# AIM OF THE TASK:
Copy exactly the lines from the start of the data below through the one that carries "SALIENTE_EXTRUIR2_DEPTH = 3.2", and only those.

# DATASET ENTRIES:

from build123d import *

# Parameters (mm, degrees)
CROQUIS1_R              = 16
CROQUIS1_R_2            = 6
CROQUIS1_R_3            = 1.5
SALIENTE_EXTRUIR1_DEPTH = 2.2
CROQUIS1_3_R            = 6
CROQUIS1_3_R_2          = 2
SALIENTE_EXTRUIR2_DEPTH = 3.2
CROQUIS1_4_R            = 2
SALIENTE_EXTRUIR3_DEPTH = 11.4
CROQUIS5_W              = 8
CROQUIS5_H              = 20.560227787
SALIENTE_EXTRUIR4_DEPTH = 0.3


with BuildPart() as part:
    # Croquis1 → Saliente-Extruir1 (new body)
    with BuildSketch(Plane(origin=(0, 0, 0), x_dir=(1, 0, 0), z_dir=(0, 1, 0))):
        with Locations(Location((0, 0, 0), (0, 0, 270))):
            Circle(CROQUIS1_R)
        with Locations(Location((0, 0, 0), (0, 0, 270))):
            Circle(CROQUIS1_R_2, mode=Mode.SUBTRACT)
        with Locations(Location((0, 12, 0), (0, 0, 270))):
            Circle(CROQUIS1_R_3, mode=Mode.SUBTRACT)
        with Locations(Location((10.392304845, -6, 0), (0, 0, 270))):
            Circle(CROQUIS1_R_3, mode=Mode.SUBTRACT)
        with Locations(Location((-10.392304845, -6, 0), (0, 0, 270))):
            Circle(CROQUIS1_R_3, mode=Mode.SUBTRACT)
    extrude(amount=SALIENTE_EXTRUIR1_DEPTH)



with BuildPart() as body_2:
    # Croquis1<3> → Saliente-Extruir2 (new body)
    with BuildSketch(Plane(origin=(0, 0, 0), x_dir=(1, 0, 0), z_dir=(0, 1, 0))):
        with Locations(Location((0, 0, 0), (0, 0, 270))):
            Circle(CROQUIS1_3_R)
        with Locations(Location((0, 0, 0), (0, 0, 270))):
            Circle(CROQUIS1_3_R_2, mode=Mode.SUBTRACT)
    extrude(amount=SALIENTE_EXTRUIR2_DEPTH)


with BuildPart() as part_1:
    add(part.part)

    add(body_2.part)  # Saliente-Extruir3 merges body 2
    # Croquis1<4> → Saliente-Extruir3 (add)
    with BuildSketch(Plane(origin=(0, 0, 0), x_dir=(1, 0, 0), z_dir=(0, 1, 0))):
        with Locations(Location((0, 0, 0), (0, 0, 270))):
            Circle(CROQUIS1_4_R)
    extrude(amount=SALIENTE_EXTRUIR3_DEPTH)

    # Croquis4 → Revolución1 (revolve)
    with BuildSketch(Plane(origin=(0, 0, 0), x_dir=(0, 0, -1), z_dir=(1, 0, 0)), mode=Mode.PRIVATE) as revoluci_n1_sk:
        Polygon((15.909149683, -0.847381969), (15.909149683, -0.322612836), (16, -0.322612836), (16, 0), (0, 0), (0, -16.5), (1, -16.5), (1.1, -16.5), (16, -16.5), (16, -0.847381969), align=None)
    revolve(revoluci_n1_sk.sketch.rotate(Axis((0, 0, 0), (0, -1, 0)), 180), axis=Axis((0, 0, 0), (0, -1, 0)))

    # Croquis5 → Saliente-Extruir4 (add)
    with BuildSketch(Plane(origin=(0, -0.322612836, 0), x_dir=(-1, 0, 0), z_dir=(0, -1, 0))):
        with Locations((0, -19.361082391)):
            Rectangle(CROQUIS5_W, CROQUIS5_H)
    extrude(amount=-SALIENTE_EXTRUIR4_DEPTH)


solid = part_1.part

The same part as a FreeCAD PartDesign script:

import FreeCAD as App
import Part
import Sketcher
from FreeCAD import Vector


def add_polygon(sketch, points):
    """Adds a closed chain of lines whose ends are joined by coincident constraints."""
    first, n = sketch.GeometryCount, len(points)
    for a, b in zip(points, points[1:] + points[:1]):
        sketch.addGeometry(Part.LineSegment(App.Vector(*a, 0), App.Vector(*b, 0)), False)
    for i in range(n):
        sketch.addConstraint(Sketcher.Constraint("Coincident", first + i, 2, first + (i + 1) % n, 1))

doc = App.newDocument("Part")
body = doc.addObject("PartDesign::Body", "Body")

sketch1 = body.newObject("Sketcher::SketchObject", "Sketch")
sketch1.AttachmentSupport = (doc.getObject("XZ_Plane"), [""])
sketch1.MapMode = "FlatFace"
sketch1.addGeometry([
    Part.Circle(Vector(0, 0, 0), Vector(0, 0, 1), 16),
    Part.Circle(Vector(0, -12, 0), Vector(0, 0, 1), 1.5),
    Part.Circle(Vector(-10.4, 6, 0), Vector(0, 0, 1), 1.5),
    Part.Circle(Vector(0, 0, 0), Vector(0, 0, 1), 6),
    Part.Circle(Vector(10.4, 6, 0), Vector(0, 0, 1), 1.5),
], False)
sketch1.addConstraint([
    Sketcher.Constraint("Coincident", 0, 3, -1, 1),
    Sketcher.Constraint("Coincident", 3, 3, -1, 1),
    Sketcher.Constraint("Equal", 1, 2),
    Sketcher.Constraint("Equal", 2, 4),
    Sketcher.Constraint("Symmetric", 2, 3, 4, 3, -2),
    Sketcher.Constraint("PointOnObject", 1, 3, -2),
    Sketcher.Constraint("Diameter", 0, 32.0),
    Sketcher.Constraint("Diameter", 1, 3.0),
    Sketcher.Constraint("Diameter", 3, 12.0),
    Sketcher.Constraint("DistanceY", 1, 3, -1, 1, 12.0),
    Sketcher.Constraint("DistanceY", -1, 1, 2, 3, 6.0),
    Sketcher.Constraint("DistanceX", 2, 3, 4, 3, 20.78461),
])
pad1 = body.newObject("PartDesign::Pad", "Pad")
pad1.Profile = sketch1
pad1.Length = 2.2
pad1.Reversed = True
body2 = doc.addObject("PartDesign::Body", "Body001")

sketch2 = body2.newObject("Sketcher::SketchObject", "Sketch001")
sketch2.AttachmentSupport = (doc.getObject("XZ_Plane001"), [""])
sketch2.MapMode = "FlatFace"
sketch2.addGeometry([
    Part.Circle(Vector(0, 0, 0), Vector(0, 0, 1), 6),
    Part.Circle(Vector(0, 0, 0), Vector(0, 0, 1), 2),
], False)
sketch2.addConstraint([
    Sketcher.Constraint("Coincident", 0, 3, -1, 1),
    Sketcher.Constraint("Coincident", 1, 3, -1, 1),
    Sketcher.Constraint("Diameter", 0, 12.0),
    Sketcher.Constraint("Diameter", 1, 4.0),
])
pad2 = body2.newObject("PartDesign::Pad", "Pad001")
pad2.Profile = sketch2
pad2.Length = 3.2
pad2.Reversed = True
doc.recompute()

boolean = body.newObject("PartDesign::Boolean", "Boolean")
boolean.Type = "Fuse"
boolean.addObjects([body2])

sketch3 = body.newObject("Sketcher::SketchObject", "Sketch002")
sketch3.AttachmentSupport = (doc.getObject("XZ_Plane"), [""])
sketch3.MapMode = "FlatFace"
sketch3.addGeometry(Part.Circle(Vector(0, 0, 0), Vector(0, 0, 1), 2), False)
sketch3.addConstraint([
    Sketcher.Constraint("Coincident", 0, 3, -1, 1),
    Sketcher.Constraint("Diameter", 0, 4.0),
])
pad3 = body.newObject("PartDesign::Pad", "Pad002")
pad3.Profile = sketch3
pad3.Length = 11.4
pad3.Reversed = True

sketch4 = body.newObject("Sketcher::SketchObject", "Sketch003")
sketch4.AttachmentSupport = (doc.getObject("YZ_Plane"), [""])
sketch4.MapMode = "FlatFace"
add_polygon(sketch4, [(-0.85, -15.91), (-0.32, -15.91), (-0.32, -16), (0, -16), (0, 0), (-16.5, 0), (-16.5, -16), (-0.85, -16)])
sketch4.addConstraint([
    Sketcher.Constraint("Horizontal", 0),
    Sketcher.Constraint("Vertical", 1),
    Sketcher.Constraint("Horizontal", 2),
    Sketcher.Constraint("Vertical", 3),
    Sketcher.Constraint("Horizontal", 4),
    Sketcher.Constraint("Vertical", 5),
    Sketcher.Constraint("Horizontal", 6),
    Sketcher.Constraint("Vertical", 7),
    Sketcher.Constraint("Coincident", 3, 2, -1, 1),
    Sketcher.Constraint("Horizontal", 2, 2, 5, 2),
    Sketcher.Constraint("DistanceY", 3, 1, 3, 2, 16.0),
    Sketcher.Constraint("DistanceX", 4, 2, 4, 1, 16.5),
    Sketcher.Constraint("DistanceX", 0, 1, 0, 2, 0.524769),
    Sketcher.Constraint("DistanceX", 6, 1, 6, 2, 15.652618),
    Sketcher.Constraint("DistanceY", 1, 2, 1, 1, 0.09085),
])
revolution = body.newObject("PartDesign::Revolution", "Revolution")
revolution.Profile = sketch4
revolution.ReferenceAxis = (sketch4, ["H_Axis"])
revolution.Angle = 360

sketch5 = body.newObject("Sketcher::SketchObject", "Sketch004")
sketch5.AttachmentSupport = (doc.getObject("XZ_Plane"), [""])
sketch5.MapMode = "FlatFace"
sketch5.AttachmentOffset = App.Placement(Vector(0, 0, 0.322613), App.Rotation())
add_polygon(sketch5, [(4, 9), (4, 30), (-4, 30), (-4, 9)])
sketch5.addConstraint([
    Sketcher.Constraint("Vertical", 0),
    Sketcher.Constraint("Horizontal", 1),
    Sketcher.Constraint("Vertical", 2),
    Sketcher.Constraint("Horizontal", 3),
    Sketcher.Constraint("DistanceX", 1, 2, 1, 1, 8.0),
    Sketcher.Constraint("DistanceX", -1, 1, 0, 2, 4.0),
    Sketcher.Constraint("DistanceY", 0, 1, 0, 2, 20.560228),
    Sketcher.Constraint("DistanceY", -1, 1, 2, 2, 9.080968),
])
pad4 = body.newObject("PartDesign::Pad", "Pad003")
pad4.Profile = sketch5
pad4.Length = 0.3
pad4.Reversed = True

doc.recompute()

# YOUR RESPONSE:
from build123d import *

# Parameters (mm, degrees)
CROQUIS1_R              = 16
CROQUIS1_R_2            = 6
CROQUIS1_R_3            = 1.5
SALIENTE_EXTRUIR1_DEPTH = 2.2
CROQUIS1_3_R            = 6
CROQUIS1_3_R_2          = 2
SALIENTE_EXTRUIR2_DEPTH = 3.2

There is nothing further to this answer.